=== Begin Enclosure ===

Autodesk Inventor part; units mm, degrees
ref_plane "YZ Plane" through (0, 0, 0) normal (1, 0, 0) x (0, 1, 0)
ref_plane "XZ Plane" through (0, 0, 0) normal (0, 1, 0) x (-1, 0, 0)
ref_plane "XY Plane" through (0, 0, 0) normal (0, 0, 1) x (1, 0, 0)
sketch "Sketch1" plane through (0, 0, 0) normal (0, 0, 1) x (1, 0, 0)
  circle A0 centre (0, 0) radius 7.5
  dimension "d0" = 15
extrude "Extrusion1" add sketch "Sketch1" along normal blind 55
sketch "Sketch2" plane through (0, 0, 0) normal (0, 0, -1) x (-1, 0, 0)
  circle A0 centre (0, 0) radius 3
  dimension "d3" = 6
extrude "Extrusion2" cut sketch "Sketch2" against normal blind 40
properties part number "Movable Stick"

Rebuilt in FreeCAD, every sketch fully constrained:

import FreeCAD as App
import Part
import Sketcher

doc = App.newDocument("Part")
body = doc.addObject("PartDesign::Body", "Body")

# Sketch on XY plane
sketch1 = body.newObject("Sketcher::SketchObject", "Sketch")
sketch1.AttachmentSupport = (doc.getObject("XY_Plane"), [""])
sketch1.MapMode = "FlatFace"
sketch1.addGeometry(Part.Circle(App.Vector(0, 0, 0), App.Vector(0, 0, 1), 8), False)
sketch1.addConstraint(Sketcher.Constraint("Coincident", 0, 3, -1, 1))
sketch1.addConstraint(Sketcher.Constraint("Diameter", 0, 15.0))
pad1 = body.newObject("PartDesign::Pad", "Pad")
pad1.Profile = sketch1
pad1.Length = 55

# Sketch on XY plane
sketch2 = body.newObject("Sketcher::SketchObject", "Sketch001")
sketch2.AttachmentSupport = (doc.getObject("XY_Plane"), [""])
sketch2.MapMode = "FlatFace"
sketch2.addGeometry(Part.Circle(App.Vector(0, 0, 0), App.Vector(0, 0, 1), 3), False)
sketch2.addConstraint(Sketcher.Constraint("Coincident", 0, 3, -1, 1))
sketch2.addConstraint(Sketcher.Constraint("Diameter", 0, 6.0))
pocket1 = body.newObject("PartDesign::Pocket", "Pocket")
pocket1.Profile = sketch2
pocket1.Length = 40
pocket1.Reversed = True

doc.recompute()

=== End Enclosure ===

### Your task
Of the entries above, repeat exactly the lines from the line with "0) x (-1, 0, 0)" through the line with "normal blind 55", both of them included.

### Finished exercise
ref_plane "XZ Plane" through (0, 0, 0) normal (0, 1, 0) x (-1, 0, 0)
ref_plane "XY Plane" through (0, 0, 0) normal (0, 0, 1) x (1, 0, 0)
sketch "Sketch1" plane through (0, 0, 0) normal (0, 0, 1) x (1, 0, 0)
  circle A0 centre (0, 0) radius 7.5
  dimension "d0" = 15
extrude "Extrusion1" add sketch "Sketch1" along normal blind 55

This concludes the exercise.